# Some questions about adoption if single



## gaia71 (Feb 16, 2013)

Hi,

I'm not looking into adoption at the moment, but am just curious about how easy it is for a single woman (early 40's) to adopt and are you more likely to be offered an older child with special needs? ... I would find this aspect difficult as a single adopter and whilst I wouldn't expect to adopt a baby, how likely is it to be offered a toddler? I fear the lack of partner and being in my 40's would be an obstacle some how. Also, what is the upper age limit for adoption in the UK?

Thank you


----------



## suitcase of dreams (Oct 7, 2007)

hi there gaia,
you may want to post in the singlies adoption thread as you may get a couple more knowledgeable replies there as I understand it (I'm not an adopter but I did look into it quite extensively at one point) there is a broad guideline that the adoptive parent should be no more than 40 years older than the child. so, for eg, if you were 45, the youngest child you would be matched with, would be 5 yrs old. however this is a guideline and not set in stone
I think things vary hugely from area to area and depending on whether you go with a Local Authority (LA) or Voluntary Agency (VA). When I spoke to my two local LAs (I was on the border of two at the time) both suggested that unless I was happy to take a child with complex needs or a sibling group, that I would struggle to be matched. However, as I say, all areas are different and you may find your experience quite different best bet is to speak to your LA and perhaps a couple of neighbouring ones, and also to some VAs in your area and see what sort of response you get - it does seem to vary widely
wishing you the best of luck with it
Suitcase
x


----------



## Nearly There (May 20, 2014)

Hi Gaia

I'm a singly in my 40's just recently approved to adopt a child 0-3 years old. I am based in London and went with a VA. Policy has changed and there is no upper age limit, so you can adopt at any age and be matched to a child of any age. As long as you have the strength and resources you will be considered.

I have seen a few profiles even as young as 8 months but none have been right for me so far.

Like Suitcase said I would check out your local LA's and VA's. Attend a few open days and chose which one fits you the best.

Here is the link for the singles adoption threads where you can read others experiences.

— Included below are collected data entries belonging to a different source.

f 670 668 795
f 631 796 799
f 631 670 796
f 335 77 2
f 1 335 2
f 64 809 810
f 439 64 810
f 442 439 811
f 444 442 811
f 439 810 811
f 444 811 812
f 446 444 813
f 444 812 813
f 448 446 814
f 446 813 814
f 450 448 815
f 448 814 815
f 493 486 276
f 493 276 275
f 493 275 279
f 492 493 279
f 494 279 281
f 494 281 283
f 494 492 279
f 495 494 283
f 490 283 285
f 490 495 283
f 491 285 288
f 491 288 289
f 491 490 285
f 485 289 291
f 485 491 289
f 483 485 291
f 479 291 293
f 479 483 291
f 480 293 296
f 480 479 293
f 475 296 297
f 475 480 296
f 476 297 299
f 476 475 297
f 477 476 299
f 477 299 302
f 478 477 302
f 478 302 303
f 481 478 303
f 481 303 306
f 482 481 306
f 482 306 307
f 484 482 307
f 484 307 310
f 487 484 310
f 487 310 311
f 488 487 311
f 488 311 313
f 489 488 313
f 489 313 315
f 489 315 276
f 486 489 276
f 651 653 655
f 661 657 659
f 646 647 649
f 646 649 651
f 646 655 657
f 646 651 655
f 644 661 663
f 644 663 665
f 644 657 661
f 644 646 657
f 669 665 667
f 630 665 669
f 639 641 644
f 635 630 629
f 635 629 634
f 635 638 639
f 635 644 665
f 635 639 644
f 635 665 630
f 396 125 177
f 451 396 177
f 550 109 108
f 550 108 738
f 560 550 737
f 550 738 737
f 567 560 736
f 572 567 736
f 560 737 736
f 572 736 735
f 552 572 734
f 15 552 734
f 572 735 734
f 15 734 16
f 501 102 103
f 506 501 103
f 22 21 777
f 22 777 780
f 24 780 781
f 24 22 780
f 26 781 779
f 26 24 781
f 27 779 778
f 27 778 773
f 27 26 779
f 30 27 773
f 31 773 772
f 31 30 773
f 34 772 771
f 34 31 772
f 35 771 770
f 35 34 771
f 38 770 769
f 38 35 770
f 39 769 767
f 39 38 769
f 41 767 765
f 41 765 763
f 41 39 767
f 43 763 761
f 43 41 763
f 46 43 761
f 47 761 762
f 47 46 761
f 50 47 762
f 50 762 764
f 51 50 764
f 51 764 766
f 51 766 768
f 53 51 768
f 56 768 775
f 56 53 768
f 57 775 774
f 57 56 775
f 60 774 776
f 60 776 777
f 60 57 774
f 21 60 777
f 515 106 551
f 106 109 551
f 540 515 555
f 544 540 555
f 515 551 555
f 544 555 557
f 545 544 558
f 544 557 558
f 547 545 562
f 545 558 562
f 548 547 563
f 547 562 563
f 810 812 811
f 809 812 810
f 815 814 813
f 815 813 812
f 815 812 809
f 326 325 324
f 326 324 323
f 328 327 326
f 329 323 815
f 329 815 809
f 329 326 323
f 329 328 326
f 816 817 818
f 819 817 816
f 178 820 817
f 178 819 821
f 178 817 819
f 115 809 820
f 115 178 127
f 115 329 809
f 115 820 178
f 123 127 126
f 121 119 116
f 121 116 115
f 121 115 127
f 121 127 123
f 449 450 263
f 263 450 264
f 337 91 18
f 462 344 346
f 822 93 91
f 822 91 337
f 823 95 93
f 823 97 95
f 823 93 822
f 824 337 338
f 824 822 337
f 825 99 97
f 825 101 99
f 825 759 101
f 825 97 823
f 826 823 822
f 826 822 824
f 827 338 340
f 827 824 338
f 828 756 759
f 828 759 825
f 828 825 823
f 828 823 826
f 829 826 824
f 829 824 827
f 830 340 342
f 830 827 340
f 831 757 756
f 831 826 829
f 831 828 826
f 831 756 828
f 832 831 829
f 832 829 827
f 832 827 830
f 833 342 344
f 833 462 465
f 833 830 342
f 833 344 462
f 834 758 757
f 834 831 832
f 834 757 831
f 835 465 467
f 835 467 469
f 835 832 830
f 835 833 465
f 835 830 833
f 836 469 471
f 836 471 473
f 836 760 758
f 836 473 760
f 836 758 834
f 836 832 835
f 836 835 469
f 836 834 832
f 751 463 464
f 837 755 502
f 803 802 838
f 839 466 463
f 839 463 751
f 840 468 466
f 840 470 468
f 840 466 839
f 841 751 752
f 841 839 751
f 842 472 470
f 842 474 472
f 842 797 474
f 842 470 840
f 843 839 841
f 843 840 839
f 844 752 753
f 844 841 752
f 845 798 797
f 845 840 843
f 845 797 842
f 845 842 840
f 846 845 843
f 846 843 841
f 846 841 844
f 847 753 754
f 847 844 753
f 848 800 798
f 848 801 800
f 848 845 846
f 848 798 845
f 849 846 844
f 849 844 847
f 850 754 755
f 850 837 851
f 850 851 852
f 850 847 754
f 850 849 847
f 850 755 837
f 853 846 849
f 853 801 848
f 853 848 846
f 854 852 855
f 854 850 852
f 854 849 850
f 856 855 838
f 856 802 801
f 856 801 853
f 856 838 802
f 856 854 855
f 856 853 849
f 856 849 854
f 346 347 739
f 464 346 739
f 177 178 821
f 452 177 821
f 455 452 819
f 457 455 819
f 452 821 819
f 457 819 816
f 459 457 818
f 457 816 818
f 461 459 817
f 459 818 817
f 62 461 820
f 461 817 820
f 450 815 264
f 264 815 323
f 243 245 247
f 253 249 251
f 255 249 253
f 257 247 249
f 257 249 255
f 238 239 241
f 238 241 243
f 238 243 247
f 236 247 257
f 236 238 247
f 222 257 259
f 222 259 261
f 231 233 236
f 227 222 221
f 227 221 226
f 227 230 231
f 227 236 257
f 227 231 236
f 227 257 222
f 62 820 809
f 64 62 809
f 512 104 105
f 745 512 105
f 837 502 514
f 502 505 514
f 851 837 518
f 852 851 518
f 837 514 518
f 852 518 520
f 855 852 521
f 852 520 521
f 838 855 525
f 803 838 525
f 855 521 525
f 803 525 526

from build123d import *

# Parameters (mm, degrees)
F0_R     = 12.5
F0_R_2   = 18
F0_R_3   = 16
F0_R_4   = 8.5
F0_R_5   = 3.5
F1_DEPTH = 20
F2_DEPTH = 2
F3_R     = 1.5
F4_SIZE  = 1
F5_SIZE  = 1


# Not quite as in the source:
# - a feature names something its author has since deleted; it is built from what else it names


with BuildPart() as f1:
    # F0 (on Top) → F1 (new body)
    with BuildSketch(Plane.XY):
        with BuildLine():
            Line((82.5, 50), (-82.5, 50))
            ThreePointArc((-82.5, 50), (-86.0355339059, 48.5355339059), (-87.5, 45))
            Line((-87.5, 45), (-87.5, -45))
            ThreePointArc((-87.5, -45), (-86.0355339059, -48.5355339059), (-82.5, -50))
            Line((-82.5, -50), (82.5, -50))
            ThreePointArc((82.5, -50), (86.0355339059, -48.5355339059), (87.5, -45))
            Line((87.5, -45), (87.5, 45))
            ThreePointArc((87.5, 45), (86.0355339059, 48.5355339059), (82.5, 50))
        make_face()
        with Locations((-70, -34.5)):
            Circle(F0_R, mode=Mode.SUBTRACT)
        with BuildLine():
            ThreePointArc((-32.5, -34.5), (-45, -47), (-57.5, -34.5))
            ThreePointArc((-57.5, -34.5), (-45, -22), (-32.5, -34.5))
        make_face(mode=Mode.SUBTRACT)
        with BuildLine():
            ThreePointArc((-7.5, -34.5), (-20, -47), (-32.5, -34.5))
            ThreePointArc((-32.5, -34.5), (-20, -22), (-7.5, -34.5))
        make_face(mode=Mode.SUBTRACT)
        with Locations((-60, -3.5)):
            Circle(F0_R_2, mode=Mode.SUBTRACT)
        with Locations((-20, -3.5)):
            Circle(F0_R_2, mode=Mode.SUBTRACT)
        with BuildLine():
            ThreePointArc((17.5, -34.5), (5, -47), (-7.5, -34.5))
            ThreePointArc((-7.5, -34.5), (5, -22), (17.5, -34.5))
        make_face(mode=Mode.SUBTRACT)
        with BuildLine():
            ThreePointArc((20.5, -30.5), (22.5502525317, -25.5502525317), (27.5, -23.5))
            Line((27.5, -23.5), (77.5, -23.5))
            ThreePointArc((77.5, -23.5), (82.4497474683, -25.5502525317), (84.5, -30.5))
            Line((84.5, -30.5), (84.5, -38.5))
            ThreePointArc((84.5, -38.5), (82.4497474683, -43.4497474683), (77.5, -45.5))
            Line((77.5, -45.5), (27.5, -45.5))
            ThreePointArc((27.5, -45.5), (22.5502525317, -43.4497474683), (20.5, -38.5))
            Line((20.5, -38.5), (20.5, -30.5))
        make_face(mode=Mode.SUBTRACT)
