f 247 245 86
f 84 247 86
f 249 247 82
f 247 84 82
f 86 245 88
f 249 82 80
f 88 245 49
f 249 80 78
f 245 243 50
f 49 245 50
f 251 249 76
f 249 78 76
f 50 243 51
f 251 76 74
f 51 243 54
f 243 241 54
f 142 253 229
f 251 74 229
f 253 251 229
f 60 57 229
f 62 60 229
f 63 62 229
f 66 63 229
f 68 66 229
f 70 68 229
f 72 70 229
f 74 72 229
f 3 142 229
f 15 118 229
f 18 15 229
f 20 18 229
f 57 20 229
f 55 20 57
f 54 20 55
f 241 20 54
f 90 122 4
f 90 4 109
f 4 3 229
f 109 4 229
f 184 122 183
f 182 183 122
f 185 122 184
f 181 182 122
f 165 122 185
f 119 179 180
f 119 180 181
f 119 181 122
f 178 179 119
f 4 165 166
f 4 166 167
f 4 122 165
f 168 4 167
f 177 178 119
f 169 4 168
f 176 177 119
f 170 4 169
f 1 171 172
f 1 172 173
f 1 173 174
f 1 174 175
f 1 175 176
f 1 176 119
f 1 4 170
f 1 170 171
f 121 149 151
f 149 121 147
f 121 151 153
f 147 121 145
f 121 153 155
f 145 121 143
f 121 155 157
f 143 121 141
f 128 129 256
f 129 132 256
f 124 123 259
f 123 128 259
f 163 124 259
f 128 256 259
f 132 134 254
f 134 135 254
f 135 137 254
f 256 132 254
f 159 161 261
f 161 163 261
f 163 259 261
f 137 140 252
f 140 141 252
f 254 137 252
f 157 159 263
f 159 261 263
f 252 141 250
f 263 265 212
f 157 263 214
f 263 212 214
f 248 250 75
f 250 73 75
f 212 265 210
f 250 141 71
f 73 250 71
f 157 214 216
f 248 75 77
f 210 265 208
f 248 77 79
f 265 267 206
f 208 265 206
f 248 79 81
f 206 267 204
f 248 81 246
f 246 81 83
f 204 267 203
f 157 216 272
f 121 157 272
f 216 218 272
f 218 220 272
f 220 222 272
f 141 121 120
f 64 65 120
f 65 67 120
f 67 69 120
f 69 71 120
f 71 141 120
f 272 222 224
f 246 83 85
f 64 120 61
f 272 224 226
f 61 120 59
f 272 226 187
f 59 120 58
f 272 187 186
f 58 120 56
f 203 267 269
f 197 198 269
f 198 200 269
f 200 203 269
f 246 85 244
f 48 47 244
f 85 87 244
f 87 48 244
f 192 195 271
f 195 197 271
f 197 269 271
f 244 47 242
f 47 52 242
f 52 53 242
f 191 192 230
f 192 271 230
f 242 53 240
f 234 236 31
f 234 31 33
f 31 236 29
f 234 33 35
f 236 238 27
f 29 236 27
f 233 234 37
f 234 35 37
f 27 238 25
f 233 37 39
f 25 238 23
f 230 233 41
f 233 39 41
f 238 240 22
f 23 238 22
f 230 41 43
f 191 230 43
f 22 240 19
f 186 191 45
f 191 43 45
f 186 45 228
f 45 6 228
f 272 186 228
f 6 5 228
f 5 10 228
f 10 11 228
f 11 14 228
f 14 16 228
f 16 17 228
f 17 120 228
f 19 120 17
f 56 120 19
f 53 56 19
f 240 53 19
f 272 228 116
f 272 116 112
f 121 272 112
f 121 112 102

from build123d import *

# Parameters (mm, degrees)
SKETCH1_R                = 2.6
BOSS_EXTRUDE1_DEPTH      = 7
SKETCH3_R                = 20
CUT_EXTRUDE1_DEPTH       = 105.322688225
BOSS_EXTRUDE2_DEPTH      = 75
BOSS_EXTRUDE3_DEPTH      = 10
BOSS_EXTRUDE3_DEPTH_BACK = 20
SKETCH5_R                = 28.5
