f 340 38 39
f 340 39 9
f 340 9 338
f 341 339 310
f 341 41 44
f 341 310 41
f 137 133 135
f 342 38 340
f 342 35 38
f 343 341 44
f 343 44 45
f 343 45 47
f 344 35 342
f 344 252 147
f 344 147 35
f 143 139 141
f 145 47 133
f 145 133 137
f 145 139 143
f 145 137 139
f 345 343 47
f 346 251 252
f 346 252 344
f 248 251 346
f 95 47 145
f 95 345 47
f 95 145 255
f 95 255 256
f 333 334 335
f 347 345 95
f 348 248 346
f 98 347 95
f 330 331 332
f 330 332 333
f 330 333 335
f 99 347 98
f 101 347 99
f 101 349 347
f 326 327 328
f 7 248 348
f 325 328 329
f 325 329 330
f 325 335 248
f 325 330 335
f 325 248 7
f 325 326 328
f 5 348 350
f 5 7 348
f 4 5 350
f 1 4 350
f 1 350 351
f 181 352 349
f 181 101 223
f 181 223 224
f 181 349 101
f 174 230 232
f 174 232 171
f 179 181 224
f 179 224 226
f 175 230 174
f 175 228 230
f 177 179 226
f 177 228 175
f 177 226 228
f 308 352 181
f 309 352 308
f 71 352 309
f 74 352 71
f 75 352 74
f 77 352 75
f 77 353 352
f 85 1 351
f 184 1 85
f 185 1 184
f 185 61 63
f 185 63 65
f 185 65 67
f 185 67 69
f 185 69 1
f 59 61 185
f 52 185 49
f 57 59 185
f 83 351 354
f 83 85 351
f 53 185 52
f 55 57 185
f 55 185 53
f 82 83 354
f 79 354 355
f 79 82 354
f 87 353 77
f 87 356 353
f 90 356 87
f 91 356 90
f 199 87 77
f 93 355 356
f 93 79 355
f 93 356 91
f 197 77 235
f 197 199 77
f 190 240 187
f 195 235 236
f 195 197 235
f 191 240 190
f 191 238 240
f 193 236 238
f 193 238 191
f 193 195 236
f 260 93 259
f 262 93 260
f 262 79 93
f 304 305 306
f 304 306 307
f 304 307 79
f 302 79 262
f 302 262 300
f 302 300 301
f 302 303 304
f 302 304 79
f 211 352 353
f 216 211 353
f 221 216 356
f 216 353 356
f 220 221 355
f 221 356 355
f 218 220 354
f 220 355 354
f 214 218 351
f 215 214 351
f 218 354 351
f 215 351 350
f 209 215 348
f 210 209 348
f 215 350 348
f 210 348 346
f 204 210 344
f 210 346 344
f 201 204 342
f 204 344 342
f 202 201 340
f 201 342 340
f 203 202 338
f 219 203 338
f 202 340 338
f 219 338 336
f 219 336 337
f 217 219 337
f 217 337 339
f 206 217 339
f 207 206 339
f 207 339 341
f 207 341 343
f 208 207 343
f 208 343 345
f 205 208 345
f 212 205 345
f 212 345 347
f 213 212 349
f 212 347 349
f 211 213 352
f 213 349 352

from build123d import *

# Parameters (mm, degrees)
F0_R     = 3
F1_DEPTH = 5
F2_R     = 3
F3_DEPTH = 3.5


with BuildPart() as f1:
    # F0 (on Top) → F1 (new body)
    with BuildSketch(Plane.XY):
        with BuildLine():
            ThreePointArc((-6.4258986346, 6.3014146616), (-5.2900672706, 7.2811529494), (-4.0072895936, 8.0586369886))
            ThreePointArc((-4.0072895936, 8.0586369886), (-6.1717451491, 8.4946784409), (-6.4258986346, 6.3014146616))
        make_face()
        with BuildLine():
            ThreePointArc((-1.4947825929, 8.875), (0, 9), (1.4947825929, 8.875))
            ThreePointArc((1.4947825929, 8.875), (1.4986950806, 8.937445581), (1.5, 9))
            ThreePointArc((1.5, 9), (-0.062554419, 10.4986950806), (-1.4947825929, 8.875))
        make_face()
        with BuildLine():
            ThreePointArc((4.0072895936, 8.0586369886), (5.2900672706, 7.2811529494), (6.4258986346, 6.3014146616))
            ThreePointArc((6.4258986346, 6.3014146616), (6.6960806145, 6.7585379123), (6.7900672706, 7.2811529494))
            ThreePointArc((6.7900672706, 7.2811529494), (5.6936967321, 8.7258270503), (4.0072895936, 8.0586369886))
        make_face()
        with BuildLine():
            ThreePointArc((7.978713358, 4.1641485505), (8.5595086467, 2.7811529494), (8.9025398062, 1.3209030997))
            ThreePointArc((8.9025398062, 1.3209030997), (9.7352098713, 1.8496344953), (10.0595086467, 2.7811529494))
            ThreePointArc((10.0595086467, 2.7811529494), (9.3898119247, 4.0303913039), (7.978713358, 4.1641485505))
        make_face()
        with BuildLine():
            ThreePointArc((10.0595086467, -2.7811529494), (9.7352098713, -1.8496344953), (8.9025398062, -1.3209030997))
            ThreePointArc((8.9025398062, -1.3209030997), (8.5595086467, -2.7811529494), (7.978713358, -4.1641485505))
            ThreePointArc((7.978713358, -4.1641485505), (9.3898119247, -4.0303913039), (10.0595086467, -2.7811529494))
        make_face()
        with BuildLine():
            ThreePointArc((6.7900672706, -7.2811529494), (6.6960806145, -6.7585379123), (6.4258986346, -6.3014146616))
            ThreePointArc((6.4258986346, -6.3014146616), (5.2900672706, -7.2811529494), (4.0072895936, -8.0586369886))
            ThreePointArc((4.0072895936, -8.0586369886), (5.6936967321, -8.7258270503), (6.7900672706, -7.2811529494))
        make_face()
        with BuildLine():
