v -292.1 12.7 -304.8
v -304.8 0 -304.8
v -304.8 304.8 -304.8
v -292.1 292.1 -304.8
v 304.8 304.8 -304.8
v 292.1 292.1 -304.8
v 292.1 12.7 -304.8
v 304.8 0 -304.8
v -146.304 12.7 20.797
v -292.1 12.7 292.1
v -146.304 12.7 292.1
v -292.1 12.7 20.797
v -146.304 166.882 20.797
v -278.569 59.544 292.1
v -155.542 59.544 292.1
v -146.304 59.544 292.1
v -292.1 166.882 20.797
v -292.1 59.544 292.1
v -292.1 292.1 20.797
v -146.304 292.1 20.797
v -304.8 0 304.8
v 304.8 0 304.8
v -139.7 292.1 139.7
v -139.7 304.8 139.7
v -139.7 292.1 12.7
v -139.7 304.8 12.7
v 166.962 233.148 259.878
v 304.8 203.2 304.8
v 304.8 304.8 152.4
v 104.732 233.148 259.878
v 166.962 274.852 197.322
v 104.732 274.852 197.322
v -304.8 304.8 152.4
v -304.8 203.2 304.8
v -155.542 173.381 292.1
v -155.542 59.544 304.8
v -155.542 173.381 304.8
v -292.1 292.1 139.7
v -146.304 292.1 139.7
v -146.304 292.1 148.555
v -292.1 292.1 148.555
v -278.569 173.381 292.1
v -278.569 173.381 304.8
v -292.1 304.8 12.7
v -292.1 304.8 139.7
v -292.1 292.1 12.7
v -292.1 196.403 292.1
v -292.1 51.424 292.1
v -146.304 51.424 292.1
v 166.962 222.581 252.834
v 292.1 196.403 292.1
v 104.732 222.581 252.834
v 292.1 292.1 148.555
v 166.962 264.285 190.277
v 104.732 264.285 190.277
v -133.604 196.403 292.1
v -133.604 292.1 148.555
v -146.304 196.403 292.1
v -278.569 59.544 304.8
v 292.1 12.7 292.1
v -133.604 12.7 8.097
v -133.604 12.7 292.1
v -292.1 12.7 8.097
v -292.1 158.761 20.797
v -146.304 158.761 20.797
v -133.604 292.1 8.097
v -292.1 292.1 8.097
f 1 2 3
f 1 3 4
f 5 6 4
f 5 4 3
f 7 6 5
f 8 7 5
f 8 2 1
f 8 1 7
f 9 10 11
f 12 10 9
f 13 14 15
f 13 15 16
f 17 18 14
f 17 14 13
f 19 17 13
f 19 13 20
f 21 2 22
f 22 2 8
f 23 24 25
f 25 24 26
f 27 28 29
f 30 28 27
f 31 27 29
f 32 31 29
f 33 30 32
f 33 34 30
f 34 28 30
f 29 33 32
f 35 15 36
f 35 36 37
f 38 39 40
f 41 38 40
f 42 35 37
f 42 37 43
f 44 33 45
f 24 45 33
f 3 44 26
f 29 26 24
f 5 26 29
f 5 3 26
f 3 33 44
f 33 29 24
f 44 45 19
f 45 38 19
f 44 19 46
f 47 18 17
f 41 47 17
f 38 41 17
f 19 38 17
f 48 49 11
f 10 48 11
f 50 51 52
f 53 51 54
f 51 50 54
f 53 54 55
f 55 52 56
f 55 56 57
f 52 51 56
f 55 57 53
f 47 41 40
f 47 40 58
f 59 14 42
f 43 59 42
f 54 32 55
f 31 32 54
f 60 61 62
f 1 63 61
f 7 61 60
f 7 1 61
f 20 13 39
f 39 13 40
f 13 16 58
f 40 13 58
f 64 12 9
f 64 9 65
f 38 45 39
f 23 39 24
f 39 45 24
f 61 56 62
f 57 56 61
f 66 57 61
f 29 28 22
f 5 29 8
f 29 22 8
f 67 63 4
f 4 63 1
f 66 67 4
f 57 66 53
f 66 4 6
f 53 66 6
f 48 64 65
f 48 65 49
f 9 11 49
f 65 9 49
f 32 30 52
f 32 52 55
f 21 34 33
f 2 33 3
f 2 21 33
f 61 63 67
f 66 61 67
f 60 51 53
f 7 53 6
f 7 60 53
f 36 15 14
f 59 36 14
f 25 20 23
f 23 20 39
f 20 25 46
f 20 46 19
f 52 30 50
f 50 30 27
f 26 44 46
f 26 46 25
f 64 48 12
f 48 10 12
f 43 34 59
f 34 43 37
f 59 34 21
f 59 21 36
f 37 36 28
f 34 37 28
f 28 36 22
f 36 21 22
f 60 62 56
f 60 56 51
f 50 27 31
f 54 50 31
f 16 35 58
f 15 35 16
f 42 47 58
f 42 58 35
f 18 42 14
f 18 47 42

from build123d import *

# Parameters (mm, degrees)
SKETCH1_W               = 609.6
SKETCH1_H               = 609.6
BOSS_EXTRUDE1_DEPTH     = 304.8
CUT_EXTRUDE2_DEPTH      = 747.6044736
CUT_EXTRUDE2_DEPTH_BACK = 609.6
SHELL11_T               = -12.7
CUT_EXTRUDE5_REACH      = 645.809
SKETCH12_W              = 62.23
SKETCH12_H              = 75.184
CUT_EXTRUDE6_REACH      = 529.929
SKETCH13_W              = 152.4
SKETCH13_H              = 127
BOSS_EXTRUDE2_DEPTH     = 158.496
SHELL13_START           = -292.1
SHELL13_DEPTH           = 145.796
BOSS_EXTRUDE4_REACH     = 738.271
SKETCH16_W              = 123.026433271
SKETCH16_H              = 113.837135886
CUT_EXTRUDE7_DEPTH      = 158.496


# Read off the part's stored shape, not the designer's step: Shell13
with BuildPart() as part:
    # Sketch1 → Boss-Extrude1 (new body)
    with BuildSketch(Plane(origin=(0, 0, 0), x_dir=(1, 0, 0), z_dir=(0, 1, 0))):
        Rectangle(SKETCH1_W, SKETCH1_H)
    extrude(amount=BOSS_EXTRUDE1_DEPTH)

    # Sketch11 → Cut-Extrude2 (cut, two sides: drawn at the far end of the back side and taken through both)
    with BuildSketch(Plane(origin=(304.8, 0, 0), x_dir=(0, 0, -1), z_dir=(1, 0, 0)).offset(-CUT_EXTRUDE2_DEPTH_BACK)):
        Polygon((-1382.429640083, -515.219760055), (-304.8, 203.2), (-152.4, 304.8), (925.229640083, 1023.219760055), (-511.609880028, 3178.47904022), (-2819.269160193, 1640.03952011), align=None)
    extrude(amount=CUT_EXTRUDE2_DEPTH + CUT_EXTRUDE2_DEPTH_BACK, mode=Mode.SUBTRACT)

    # Shell11
    shell11_openings = [part.faces().sort_by_distance(p)[0] for p in [
        (0, 152.4, -304.8),
    ]]
    offset(amount=SHELL11_T, openings=shell11_openings, kind=Kind.INTERSECTION)

    # Sketch12 → Cut-Extrude5 (cut, up to next)
    with BuildSketch(Plane(origin=(0, 281.353846154, 187.569230769), x_dir=(1, 0, 0), z_dir=(0, 0.8320502943378435, 0.5547001962252293)), mode=Mode.PRIVATE) as cut_extrude5_sk1:
        with Locations((135.847083822, -49.312847444)):
            Rectangle(SKETCH12_W, SKETCH12_H)
    cut_extrude5_tool1 = extrude(cut_extrude5_sk1.sketch, amount=-CUT_EXTRUDE5_REACH, mode=Mode.PRIVATE) & part.part
    add(cut_extrude5_tool1.solids().sort_by_distance((135.847084, 254, 228.6))[0], mode=Mode.SUBTRACT)

    # Sketch13 → Cut-Extrude6 (cut, up to next)
    with BuildSketch(Plane(origin=(0, 304.8, 0), x_dir=(1, 0, 0), z_dir=(0, 1, 0)), mode=Mode.PRIVATE) as cut_extrude6_sk1:
        with Locations((-215.9, -76.2)):
            Rectangle(SKETCH13_W, SKETCH13_H)
    cut_extrude6_tool1 = extrude(cut_extrude6_sk1.sketch, amount=-CUT_EXTRUDE6_REACH, mode=Mode.PRIVATE) & part.part
    add(cut_extrude6_tool1.solids().sort_by_distance((-215.9, 304.8, 76.2))[0], mode=Mode.SUBTRACT)

    # Sketch14 → Boss-Extrude2 (add)
    with BuildSketch(Plane(origin=(-292.1, 0, 0), x_dir=(0, 0, -1), z_dir=(1, 0, 0))):
        Polygon((-292.1, 12.7), (-8.096776742, 12.7), (-8.096776742, 292.1), (-148.554749401, 292.1), (-292.1, 196.403166267), align=None)
    extrude(amount=BOSS_EXTRUDE2_DEPTH)

    # Shell13 outline → Shell13 (cut)
    with BuildSketch(Plane.YZ.offset(SHELL13_START)):
        Polygon((196.403166267, 292.1), (12.7, 292.1), (12.7, 20.796776742), (292.1, 20.796776742), (292.1, 148.554749401), align=None)
    extrude(amount=SHELL13_DEPTH, mode=Mode.SUBTRACT)

    # Sketch15 → Boss-Extrude4 (add, up to next)
    with BuildSketch(Plane(origin=(-292.1, 0, 0), x_dir=(0, 0, -1), z_dir=(1, 0, 0)), mode=Mode.PRIVATE) as boss_extrude4_sk1:
        Polygon((-292.1, 59.544316955), (-20.796776742, 166.882273248), (-20.796776742, 158.761495931), (-292.1, 51.423539637), align=None)
    boss_extrude4_tool1 = extrude(boss_extrude4_sk1.sketch, amount=BOSS_EXTRUDE4_REACH, mode=Mode.PRIVATE) - part.part
    add(boss_extrude4_tool1.solids().sort_by_distance((-292.1, 109.152906, 156.448388))[0])

    # Sketch16 → Cut-Extrude7 (cut)
    with BuildSketch(Plane(origin=(0, 0, 292.1), x_dir=(-1, 0, 0), z_dir=(0, 0, -1))):
        with Locations((217.055324109, 116.462884898)):
            Rectangle(SKETCH16_W, SKETCH16_H)
    extrude(amount=-CUT_EXTRUDE7_DEPTH, mode=Mode.SUBTRACT)


solid = part.part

http://www.fertilityfriends.co.uk/forum/index.php?topic=149503.400

Good luck xx


----------



## Me Myself and I (Dec 30, 2012)

This was also my experience when I looked into it - down to bordering LAs.

Also you had to live within 50 miles of their head offices - impossible for me.


----------



## gaia71 (Feb 16, 2013)

Thanks ladies for your replies. Useful information... I'm not at the adoption stage at the moment. But, will not rule it out in the future if my circumstances are right (2 bedrooms etc)...


----------



## ♥JJ1♥ (Feb 11, 2006)

Hi Gala my single female friend is 46 and just adopted a 2 yr old she was approved 0-3 yrs old-


----------